The input START
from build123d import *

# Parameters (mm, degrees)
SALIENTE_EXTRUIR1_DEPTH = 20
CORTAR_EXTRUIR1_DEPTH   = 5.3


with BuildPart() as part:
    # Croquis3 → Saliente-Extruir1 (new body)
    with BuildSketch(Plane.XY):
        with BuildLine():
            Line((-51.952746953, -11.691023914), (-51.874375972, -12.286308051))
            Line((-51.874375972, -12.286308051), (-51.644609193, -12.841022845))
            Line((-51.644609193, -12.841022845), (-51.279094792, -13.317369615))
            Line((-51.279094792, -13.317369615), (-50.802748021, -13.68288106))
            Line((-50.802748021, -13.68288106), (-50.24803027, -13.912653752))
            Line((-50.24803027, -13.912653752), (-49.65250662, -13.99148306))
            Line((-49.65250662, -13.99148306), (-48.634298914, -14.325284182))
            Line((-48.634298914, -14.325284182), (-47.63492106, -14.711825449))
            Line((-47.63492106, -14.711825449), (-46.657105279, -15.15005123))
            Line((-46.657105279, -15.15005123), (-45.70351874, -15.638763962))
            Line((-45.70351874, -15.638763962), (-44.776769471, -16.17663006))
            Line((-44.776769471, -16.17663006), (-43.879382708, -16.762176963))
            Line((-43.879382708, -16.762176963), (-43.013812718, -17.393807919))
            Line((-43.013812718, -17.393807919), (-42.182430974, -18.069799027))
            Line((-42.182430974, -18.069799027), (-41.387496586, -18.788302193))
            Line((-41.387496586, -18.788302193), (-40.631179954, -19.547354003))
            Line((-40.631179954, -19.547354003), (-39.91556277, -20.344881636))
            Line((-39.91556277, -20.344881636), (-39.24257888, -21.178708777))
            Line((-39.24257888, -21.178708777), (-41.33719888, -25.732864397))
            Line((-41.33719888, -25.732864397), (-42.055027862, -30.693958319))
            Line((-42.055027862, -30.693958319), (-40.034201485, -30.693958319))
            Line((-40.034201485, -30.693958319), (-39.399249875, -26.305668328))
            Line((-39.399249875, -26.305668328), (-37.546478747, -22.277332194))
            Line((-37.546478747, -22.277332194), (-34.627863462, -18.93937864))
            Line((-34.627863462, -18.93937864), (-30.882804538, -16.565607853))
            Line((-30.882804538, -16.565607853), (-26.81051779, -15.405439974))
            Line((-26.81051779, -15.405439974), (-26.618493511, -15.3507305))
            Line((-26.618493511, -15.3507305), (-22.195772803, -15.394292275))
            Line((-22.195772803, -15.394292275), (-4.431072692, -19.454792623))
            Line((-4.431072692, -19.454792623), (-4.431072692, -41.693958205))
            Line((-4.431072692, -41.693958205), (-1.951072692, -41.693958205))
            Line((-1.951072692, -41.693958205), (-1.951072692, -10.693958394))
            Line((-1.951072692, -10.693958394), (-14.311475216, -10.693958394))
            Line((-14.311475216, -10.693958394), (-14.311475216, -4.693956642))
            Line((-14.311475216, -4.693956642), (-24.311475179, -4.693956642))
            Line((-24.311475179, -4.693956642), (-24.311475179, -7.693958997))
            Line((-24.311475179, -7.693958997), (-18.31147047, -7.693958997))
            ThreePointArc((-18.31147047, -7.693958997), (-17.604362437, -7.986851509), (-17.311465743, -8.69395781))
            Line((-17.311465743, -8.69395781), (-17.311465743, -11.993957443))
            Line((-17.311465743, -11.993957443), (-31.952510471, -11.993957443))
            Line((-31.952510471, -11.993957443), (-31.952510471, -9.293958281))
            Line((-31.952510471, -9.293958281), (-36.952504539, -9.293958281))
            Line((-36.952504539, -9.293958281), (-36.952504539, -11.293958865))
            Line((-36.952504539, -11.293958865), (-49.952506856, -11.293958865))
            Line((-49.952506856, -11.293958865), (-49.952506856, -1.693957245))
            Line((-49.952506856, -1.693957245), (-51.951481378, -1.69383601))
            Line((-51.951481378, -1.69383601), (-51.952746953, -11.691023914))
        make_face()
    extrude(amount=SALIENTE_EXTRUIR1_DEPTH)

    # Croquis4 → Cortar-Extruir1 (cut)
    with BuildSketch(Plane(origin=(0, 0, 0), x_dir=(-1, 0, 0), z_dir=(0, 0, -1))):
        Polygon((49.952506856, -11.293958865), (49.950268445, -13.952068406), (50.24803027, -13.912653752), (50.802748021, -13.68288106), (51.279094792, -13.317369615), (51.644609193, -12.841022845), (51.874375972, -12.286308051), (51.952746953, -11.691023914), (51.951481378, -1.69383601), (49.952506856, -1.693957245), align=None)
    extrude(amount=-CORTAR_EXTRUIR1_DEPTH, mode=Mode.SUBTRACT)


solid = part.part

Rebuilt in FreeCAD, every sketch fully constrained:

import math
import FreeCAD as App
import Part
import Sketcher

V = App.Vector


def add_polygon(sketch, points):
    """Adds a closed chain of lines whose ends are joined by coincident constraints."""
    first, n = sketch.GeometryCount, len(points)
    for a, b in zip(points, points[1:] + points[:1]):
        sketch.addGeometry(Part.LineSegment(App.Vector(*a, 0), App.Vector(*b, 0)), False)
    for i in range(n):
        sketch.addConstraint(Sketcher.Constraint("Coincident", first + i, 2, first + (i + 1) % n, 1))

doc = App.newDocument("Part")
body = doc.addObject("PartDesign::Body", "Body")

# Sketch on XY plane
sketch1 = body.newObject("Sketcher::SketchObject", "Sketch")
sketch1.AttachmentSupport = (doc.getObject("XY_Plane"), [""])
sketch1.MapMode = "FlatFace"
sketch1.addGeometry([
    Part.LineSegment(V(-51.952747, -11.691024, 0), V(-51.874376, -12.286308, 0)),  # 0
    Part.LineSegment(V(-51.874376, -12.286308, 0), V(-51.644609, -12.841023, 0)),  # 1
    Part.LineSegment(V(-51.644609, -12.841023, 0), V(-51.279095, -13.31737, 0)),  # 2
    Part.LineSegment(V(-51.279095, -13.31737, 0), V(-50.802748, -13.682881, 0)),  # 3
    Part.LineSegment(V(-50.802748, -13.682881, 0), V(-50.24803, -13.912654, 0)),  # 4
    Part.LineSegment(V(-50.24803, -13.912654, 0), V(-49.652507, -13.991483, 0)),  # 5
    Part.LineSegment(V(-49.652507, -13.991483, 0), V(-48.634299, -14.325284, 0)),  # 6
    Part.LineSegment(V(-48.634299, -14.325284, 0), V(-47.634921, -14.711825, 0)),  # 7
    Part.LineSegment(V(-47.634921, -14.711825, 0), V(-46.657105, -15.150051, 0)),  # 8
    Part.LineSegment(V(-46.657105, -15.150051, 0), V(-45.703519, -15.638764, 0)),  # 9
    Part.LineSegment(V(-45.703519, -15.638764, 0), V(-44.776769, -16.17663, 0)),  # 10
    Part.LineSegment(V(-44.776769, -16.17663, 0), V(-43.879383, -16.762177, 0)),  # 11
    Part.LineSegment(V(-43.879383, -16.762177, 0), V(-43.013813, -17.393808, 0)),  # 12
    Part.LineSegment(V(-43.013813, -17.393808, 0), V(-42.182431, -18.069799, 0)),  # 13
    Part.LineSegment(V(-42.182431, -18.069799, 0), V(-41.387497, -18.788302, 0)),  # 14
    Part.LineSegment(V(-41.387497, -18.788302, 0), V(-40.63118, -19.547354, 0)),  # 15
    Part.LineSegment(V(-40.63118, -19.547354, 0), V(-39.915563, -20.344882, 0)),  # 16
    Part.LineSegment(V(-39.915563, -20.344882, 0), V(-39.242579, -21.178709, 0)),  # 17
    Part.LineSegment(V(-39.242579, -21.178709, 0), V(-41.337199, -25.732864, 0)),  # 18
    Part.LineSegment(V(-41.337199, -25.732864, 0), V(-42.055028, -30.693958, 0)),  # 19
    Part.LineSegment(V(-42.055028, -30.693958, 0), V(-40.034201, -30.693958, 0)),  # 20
The input END
- [Problem statement]: Using the entries above, output exactly the lines between the line holding "-15.638763962), (-44.776769471, -16.17663006))" and the line holding "-19.547354003), (-39.91556277, -20.344881636))", end lines included, and nothing more.

- [Expected output]:
            Line((-45.70351874, -15.638763962), (-44.776769471, -16.17663006))
            Line((-44.776769471, -16.17663006), (-43.879382708, -16.762176963))
            Line((-43.879382708, -16.762176963), (-43.013812718, -17.393807919))
            Line((-43.013812718, -17.393807919), (-42.182430974, -18.069799027))
            Line((-42.182430974, -18.069799027), (-41.387496586, -18.788302193))
            Line((-41.387496586, -18.788302193), (-40.631179954, -19.547354003))
            Line((-40.631179954, -19.547354003), (-39.91556277, -20.344881636))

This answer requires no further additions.